__TASK INSTRUCTIONS__: Within the listing below, please copy exactly the lines between the line holding "#137=CYLINDRICAL_SURFACE('',#74,50.175);" and the line holding "#178=CARTESIAN_POINT('',(0.,0.,-12.));", inclusive.

DATA TO PROCESS Start Marker

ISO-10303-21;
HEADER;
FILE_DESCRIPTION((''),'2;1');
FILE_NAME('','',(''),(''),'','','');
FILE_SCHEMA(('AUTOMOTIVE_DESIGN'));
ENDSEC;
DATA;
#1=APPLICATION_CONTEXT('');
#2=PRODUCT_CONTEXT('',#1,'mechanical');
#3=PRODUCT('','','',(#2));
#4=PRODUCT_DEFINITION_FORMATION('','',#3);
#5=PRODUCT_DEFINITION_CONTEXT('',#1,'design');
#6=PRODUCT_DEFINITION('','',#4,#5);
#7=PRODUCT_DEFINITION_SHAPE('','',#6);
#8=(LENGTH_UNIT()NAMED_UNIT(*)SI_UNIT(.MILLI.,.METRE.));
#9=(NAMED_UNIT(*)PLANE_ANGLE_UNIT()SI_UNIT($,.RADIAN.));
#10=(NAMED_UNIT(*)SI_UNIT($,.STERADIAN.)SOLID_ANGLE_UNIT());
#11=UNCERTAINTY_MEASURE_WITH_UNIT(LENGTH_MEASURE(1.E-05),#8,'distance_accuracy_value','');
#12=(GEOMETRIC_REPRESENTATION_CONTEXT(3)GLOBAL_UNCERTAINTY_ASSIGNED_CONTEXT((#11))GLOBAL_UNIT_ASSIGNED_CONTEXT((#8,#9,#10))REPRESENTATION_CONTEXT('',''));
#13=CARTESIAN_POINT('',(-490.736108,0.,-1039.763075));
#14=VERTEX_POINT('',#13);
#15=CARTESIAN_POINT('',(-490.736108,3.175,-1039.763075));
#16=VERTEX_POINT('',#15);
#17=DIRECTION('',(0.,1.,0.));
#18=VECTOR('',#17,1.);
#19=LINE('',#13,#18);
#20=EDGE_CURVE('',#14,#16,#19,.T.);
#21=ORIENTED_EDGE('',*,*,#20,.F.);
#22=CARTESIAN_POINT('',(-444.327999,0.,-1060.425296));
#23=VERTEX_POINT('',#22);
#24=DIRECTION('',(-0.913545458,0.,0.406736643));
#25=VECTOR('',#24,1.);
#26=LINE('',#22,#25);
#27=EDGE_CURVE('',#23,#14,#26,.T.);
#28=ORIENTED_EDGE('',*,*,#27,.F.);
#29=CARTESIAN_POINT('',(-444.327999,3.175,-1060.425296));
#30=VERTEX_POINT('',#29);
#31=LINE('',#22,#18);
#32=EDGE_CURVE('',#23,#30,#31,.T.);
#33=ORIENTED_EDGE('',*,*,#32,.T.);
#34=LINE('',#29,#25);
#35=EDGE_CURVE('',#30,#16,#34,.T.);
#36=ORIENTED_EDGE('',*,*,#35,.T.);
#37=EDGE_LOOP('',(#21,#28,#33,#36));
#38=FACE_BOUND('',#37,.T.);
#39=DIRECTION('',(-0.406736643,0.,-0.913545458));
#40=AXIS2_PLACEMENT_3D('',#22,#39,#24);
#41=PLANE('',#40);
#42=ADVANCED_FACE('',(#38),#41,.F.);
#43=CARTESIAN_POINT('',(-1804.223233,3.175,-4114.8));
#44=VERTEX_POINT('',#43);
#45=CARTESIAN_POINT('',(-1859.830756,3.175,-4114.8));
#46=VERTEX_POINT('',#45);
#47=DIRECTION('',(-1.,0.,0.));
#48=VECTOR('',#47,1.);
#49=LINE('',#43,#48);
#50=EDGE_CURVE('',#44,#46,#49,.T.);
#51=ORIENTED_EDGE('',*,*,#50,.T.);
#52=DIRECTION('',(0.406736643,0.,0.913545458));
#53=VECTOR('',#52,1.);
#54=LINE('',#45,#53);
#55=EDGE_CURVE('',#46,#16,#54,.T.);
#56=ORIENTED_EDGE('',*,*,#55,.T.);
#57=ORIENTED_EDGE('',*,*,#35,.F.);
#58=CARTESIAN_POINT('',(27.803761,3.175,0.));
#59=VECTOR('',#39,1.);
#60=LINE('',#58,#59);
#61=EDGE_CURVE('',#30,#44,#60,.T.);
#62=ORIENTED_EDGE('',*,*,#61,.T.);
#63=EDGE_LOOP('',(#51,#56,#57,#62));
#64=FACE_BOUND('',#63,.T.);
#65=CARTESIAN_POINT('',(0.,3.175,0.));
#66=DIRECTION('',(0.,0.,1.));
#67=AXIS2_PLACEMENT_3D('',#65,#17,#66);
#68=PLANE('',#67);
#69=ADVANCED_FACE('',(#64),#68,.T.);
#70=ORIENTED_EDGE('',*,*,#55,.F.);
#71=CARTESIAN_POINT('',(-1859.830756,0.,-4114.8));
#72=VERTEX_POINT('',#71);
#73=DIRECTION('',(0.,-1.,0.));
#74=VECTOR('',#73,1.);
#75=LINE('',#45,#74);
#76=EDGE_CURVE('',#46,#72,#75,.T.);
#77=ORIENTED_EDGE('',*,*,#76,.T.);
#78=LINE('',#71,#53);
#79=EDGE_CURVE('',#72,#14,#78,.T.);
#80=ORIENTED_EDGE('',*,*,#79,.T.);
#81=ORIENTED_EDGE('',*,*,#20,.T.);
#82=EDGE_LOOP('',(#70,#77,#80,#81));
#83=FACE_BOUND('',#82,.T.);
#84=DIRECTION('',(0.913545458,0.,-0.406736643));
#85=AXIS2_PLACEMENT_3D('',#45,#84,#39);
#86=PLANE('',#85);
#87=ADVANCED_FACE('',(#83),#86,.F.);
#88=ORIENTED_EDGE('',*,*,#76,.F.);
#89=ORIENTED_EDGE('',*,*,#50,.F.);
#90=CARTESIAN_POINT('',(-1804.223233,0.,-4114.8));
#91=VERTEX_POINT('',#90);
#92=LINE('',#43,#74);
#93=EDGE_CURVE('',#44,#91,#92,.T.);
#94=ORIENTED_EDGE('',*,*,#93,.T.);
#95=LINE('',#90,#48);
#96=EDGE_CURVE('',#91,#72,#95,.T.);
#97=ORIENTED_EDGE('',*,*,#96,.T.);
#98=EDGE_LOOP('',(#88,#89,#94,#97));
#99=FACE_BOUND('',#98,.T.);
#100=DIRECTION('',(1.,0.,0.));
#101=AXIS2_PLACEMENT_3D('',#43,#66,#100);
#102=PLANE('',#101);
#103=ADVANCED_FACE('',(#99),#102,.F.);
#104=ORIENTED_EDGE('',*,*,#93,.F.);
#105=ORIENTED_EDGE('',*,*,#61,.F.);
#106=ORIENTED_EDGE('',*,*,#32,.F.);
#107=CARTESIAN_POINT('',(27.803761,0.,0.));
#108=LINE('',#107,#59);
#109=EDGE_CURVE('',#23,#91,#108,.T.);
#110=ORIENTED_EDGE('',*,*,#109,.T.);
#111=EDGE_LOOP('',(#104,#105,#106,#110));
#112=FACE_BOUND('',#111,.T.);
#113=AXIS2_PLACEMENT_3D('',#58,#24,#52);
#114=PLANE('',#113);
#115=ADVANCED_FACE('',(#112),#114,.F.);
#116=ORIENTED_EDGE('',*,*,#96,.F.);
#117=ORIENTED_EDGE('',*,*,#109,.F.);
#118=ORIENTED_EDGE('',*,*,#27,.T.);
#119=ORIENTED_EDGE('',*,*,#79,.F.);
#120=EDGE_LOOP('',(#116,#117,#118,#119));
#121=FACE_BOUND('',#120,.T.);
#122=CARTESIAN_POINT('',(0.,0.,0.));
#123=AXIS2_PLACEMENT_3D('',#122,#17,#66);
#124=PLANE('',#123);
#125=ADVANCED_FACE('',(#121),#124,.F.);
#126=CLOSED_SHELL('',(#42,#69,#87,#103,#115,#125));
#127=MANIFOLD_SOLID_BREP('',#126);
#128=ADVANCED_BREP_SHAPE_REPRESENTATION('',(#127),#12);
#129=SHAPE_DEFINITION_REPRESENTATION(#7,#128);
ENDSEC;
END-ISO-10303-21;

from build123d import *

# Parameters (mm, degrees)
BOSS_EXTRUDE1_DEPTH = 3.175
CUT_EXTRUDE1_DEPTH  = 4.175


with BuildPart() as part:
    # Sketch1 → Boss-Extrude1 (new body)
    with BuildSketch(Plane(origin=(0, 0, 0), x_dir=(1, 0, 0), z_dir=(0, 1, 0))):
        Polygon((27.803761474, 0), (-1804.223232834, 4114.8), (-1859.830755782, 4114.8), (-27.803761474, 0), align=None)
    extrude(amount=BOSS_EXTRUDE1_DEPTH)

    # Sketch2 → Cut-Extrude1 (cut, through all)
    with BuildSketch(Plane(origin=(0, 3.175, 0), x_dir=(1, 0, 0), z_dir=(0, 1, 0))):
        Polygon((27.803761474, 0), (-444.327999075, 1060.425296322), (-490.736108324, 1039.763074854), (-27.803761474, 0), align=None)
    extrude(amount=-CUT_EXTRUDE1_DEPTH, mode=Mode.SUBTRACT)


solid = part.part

DATA TO PROCESS End Marker
DATA TO PROCESS Start Marker

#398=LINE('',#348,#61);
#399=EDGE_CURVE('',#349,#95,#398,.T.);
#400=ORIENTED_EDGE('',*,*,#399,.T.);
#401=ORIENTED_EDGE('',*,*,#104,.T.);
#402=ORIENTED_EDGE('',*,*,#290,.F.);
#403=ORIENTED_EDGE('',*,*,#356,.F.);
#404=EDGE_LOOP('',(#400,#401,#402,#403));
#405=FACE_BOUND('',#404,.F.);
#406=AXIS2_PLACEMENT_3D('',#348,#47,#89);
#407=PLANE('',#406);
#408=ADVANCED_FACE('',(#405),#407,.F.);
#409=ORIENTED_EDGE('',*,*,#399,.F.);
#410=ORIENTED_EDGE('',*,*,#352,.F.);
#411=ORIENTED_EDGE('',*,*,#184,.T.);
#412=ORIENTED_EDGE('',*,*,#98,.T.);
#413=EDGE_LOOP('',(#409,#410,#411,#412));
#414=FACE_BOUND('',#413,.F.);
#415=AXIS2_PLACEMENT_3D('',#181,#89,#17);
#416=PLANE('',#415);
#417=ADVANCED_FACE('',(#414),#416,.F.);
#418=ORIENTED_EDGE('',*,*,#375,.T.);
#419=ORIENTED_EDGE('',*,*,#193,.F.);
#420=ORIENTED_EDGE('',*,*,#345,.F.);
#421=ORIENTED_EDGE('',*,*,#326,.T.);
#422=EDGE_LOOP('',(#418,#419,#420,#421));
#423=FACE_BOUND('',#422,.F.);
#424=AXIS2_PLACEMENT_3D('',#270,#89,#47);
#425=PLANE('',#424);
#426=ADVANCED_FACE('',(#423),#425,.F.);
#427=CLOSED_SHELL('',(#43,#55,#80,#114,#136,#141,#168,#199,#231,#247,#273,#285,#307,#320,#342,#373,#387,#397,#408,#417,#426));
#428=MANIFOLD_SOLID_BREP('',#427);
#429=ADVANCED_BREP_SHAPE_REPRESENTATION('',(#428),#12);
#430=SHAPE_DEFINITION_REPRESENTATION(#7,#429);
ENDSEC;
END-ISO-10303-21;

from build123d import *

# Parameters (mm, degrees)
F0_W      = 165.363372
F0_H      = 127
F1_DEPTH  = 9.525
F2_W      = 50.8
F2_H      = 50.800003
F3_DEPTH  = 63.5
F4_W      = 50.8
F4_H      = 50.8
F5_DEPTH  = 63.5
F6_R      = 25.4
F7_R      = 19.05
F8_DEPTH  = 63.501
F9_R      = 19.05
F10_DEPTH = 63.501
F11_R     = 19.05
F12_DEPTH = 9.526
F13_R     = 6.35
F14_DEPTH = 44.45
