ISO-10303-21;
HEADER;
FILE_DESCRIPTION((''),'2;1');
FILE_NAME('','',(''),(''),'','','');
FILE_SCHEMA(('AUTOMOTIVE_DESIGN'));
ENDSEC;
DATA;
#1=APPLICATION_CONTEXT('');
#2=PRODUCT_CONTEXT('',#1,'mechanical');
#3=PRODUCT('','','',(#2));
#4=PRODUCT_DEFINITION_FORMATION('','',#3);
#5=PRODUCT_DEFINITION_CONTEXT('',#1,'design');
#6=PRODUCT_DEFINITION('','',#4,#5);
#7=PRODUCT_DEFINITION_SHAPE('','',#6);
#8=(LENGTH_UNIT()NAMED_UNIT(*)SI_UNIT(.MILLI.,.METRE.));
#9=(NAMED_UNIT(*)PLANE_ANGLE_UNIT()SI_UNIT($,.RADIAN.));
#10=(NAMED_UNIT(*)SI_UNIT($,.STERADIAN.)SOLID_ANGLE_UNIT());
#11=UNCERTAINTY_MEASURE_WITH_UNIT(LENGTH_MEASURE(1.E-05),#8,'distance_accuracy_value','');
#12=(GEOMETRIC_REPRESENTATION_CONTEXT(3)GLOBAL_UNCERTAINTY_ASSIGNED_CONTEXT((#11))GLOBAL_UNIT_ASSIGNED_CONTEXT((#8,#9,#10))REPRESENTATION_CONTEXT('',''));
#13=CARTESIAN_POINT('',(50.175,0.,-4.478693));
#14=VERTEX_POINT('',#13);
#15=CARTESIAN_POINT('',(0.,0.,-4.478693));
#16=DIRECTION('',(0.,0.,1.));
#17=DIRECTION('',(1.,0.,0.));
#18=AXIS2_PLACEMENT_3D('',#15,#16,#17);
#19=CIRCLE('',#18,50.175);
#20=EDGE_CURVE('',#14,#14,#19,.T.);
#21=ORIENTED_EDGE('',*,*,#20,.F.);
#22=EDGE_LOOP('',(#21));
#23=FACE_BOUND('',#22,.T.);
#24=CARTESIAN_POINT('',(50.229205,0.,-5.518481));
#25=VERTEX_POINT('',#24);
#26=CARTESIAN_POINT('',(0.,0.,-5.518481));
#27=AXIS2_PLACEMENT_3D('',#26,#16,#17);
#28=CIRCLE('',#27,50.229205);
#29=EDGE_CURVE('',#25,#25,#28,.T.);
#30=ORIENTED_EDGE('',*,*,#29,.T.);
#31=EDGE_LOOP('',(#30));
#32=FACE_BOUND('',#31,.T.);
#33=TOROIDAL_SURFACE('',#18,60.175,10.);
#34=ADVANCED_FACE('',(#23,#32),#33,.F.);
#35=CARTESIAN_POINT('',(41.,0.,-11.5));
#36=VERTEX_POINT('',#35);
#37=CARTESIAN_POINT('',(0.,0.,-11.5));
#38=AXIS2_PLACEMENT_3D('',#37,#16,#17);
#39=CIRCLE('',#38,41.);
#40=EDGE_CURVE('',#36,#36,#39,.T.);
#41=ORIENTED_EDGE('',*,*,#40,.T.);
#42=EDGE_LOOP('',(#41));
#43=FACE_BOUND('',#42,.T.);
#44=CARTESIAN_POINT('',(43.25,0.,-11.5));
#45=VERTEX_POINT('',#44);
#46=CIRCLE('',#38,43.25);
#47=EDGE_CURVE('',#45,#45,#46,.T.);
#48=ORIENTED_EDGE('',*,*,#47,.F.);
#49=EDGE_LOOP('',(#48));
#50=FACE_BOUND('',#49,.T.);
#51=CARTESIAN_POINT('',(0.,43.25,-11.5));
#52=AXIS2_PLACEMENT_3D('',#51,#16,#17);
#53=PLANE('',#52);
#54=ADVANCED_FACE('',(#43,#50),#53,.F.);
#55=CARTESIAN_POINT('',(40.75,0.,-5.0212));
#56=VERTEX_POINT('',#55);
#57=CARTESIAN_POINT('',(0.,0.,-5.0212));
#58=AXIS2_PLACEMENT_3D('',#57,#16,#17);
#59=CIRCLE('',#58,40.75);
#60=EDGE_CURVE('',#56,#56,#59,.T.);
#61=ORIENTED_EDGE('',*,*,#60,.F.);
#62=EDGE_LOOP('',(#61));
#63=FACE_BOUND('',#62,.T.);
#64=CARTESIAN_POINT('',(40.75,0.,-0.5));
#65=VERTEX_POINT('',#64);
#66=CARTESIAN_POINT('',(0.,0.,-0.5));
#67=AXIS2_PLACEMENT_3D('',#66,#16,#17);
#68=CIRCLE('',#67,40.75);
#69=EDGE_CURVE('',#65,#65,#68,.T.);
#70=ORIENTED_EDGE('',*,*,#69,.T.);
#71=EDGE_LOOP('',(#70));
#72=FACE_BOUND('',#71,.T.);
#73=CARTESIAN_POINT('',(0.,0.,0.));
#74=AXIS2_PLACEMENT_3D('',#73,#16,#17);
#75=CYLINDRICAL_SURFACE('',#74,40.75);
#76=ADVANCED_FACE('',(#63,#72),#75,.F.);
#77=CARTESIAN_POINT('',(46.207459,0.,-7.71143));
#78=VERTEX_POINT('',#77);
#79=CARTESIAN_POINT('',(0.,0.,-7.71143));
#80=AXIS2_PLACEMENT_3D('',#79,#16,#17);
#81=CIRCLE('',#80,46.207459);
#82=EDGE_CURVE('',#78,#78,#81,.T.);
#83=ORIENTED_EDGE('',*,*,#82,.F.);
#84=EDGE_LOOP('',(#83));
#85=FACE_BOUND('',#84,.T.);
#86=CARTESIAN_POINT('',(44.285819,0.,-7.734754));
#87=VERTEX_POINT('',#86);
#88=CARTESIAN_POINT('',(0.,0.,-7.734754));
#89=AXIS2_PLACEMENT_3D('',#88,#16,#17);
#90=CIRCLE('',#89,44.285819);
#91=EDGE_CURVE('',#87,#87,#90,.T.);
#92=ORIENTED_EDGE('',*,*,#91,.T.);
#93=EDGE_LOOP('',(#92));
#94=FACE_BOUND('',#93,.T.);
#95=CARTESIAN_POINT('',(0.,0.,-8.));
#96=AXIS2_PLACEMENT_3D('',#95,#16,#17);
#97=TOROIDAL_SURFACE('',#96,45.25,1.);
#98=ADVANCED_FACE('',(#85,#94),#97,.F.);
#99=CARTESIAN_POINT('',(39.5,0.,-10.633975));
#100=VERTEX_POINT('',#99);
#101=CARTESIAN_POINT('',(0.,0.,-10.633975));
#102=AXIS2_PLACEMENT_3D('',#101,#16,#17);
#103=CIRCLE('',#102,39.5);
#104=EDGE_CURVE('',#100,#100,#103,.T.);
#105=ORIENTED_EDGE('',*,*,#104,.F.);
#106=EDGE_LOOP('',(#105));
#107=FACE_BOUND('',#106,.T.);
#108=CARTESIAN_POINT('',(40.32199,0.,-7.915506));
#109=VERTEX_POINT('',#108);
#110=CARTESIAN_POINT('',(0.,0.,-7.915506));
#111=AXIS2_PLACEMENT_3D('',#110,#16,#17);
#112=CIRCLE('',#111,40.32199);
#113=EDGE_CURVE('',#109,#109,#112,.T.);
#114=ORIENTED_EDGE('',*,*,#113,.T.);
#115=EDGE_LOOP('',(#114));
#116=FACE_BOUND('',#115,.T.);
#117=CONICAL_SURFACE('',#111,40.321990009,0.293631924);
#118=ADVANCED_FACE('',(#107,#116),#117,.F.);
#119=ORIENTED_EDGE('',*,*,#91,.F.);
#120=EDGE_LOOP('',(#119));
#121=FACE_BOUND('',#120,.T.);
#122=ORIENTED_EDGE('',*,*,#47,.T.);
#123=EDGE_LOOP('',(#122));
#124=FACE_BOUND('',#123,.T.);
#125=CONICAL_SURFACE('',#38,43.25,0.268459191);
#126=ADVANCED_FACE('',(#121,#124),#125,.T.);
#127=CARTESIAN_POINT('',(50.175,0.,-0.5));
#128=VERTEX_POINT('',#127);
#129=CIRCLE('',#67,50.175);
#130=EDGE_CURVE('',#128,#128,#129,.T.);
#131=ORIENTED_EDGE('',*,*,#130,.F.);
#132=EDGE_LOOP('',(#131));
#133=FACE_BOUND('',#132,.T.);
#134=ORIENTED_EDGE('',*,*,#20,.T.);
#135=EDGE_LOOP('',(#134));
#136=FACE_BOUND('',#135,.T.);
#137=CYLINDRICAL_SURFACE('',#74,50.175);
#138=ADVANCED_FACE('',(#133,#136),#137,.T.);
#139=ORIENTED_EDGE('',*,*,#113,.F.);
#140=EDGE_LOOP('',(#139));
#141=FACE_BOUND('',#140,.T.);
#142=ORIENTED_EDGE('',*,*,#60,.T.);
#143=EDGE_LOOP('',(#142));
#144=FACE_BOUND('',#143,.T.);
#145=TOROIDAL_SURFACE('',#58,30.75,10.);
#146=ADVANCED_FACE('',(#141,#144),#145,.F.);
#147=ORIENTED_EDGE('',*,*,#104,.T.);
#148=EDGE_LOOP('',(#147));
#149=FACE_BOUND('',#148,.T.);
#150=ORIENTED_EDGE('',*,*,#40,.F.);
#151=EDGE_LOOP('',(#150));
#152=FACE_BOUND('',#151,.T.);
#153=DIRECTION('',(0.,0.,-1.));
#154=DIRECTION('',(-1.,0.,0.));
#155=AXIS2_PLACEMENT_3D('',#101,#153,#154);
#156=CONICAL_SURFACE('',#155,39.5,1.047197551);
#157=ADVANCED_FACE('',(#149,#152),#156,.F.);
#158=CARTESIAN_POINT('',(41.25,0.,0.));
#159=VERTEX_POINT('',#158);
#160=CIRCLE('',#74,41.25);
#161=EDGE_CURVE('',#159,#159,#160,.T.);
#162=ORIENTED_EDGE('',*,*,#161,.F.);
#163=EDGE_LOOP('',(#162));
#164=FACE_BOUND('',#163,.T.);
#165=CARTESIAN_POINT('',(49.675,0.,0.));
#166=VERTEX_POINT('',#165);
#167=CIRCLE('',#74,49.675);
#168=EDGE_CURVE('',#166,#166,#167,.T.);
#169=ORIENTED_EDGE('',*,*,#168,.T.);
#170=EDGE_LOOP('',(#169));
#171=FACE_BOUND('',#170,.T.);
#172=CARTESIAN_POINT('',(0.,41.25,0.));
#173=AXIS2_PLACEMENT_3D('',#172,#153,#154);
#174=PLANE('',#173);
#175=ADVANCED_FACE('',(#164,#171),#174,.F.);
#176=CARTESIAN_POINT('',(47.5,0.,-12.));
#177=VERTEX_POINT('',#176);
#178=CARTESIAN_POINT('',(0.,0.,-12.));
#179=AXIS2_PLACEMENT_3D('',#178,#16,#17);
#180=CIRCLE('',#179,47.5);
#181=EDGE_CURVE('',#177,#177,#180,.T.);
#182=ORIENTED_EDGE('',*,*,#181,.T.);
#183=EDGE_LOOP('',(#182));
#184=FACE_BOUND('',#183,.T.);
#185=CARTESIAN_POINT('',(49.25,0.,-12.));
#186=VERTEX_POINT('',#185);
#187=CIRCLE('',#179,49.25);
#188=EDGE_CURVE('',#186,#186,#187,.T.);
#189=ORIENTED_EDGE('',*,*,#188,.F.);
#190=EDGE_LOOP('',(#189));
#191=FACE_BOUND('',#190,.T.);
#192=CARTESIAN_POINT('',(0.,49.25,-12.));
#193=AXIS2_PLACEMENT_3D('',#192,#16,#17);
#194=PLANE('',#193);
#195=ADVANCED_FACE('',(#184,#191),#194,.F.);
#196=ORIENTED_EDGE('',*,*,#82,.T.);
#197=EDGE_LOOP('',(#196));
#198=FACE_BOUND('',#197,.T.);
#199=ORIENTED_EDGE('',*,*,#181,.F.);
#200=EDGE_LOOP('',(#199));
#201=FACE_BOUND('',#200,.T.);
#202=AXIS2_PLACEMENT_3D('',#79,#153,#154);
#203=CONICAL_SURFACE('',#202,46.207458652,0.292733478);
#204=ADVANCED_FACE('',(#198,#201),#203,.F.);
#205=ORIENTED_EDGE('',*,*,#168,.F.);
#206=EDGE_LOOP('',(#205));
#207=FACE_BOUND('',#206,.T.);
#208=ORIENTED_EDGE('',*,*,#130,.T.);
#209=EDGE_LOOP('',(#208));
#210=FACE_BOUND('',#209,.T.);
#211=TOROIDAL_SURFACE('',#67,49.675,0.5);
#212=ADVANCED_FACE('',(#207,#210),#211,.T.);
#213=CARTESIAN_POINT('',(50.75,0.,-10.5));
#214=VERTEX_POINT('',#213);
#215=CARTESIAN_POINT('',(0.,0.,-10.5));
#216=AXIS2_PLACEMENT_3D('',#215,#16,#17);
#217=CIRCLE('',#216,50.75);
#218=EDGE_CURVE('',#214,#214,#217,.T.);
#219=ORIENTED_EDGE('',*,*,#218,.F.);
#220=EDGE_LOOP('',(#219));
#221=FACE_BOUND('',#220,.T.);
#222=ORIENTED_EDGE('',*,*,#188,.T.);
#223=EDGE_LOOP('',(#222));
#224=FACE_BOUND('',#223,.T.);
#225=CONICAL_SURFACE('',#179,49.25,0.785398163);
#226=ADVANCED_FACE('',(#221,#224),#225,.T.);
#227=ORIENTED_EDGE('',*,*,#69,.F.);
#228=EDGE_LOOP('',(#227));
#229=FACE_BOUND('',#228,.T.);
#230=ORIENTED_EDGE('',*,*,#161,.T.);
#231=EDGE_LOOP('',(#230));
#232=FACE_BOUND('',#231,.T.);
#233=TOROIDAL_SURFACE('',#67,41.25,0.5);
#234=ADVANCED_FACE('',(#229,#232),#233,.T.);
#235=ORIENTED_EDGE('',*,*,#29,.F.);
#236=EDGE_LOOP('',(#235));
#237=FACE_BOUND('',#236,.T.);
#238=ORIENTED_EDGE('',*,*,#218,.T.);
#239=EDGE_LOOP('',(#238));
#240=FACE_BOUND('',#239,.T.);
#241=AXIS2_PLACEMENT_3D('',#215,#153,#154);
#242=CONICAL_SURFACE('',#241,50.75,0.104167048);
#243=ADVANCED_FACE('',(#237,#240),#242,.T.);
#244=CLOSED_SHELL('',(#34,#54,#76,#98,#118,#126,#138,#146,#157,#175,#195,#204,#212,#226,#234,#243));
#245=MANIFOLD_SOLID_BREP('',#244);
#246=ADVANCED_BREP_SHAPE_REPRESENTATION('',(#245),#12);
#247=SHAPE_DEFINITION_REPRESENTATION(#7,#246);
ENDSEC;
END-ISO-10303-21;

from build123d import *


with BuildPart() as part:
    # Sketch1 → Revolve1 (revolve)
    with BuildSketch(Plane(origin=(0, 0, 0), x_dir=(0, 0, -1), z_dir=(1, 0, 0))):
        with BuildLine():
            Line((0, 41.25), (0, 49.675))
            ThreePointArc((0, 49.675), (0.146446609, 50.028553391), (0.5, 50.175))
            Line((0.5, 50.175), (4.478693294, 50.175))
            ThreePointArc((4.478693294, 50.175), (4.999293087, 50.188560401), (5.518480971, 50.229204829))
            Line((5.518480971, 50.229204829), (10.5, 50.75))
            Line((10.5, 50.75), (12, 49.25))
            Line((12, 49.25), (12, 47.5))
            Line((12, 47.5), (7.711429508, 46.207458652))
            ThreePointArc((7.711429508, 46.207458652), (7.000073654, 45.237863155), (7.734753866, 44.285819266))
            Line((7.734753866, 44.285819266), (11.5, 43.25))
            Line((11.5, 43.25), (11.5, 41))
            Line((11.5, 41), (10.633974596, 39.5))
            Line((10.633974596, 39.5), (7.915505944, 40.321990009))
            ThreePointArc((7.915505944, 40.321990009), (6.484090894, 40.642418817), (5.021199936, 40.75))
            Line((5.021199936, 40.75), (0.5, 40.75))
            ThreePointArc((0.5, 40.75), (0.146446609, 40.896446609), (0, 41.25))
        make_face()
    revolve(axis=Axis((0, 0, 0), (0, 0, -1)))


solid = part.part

DATA TO PROCESS End Marker

__TASK RESPONSE__:
#137=CYLINDRICAL_SURFACE('',#74,50.175);
#138=ADVANCED_FACE('',(#133,#136),#137,.T.);
#139=ORIENTED_EDGE('',*,*,#113,.F.);
#140=EDGE_LOOP('',(#139));
#141=FACE_BOUND('',#140,.T.);
#142=ORIENTED_EDGE('',*,*,#60,.T.);
#143=EDGE_LOOP('',(#142));
#144=FACE_BOUND('',#143,.T.);
#145=TOROIDAL_SURFACE('',#58,30.75,10.);
#146=ADVANCED_FACE('',(#141,#144),#145,.F.);
#147=ORIENTED_EDGE('',*,*,#104,.T.);
#148=EDGE_LOOP('',(#147));
#149=FACE_BOUND('',#148,.T.);
#150=ORIENTED_EDGE('',*,*,#40,.F.);
#151=EDGE_LOOP('',(#150));
#152=FACE_BOUND('',#151,.T.);
#153=DIRECTION('',(0.,0.,-1.));
#154=DIRECTION('',(-1.,0.,0.));
#155=AXIS2_PLACEMENT_3D('',#101,#153,#154);
#156=CONICAL_SURFACE('',#155,39.5,1.047197551);
#157=ADVANCED_FACE('',(#149,#152),#156,.F.);
#158=CARTESIAN_POINT('',(41.25,0.,0.));
#159=VERTEX_POINT('',#158);
#160=CIRCLE('',#74,41.25);
#161=EDGE_CURVE('',#159,#159,#160,.T.);
#162=ORIENTED_EDGE('',*,*,#161,.F.);
#163=EDGE_LOOP('',(#162));
#164=FACE_BOUND('',#163,.T.);
#165=CARTESIAN_POINT('',(49.675,0.,0.));
#166=VERTEX_POINT('',#165);
#167=CIRCLE('',#74,49.675);
#168=EDGE_CURVE('',#166,#166,#167,.T.);
#169=ORIENTED_EDGE('',*,*,#168,.T.);
#170=EDGE_LOOP('',(#169));
#171=FACE_BOUND('',#170,.T.);
#172=CARTESIAN_POINT('',(0.,41.25,0.));
#173=AXIS2_PLACEMENT_3D('',#172,#153,#154);
#174=PLANE('',#173);
#175=ADVANCED_FACE('',(#164,#171),#174,.F.);
#176=CARTESIAN_POINT('',(47.5,0.,-12.));
#177=VERTEX_POINT('',#176);
#178=CARTESIAN_POINT('',(0.,0.,-12.));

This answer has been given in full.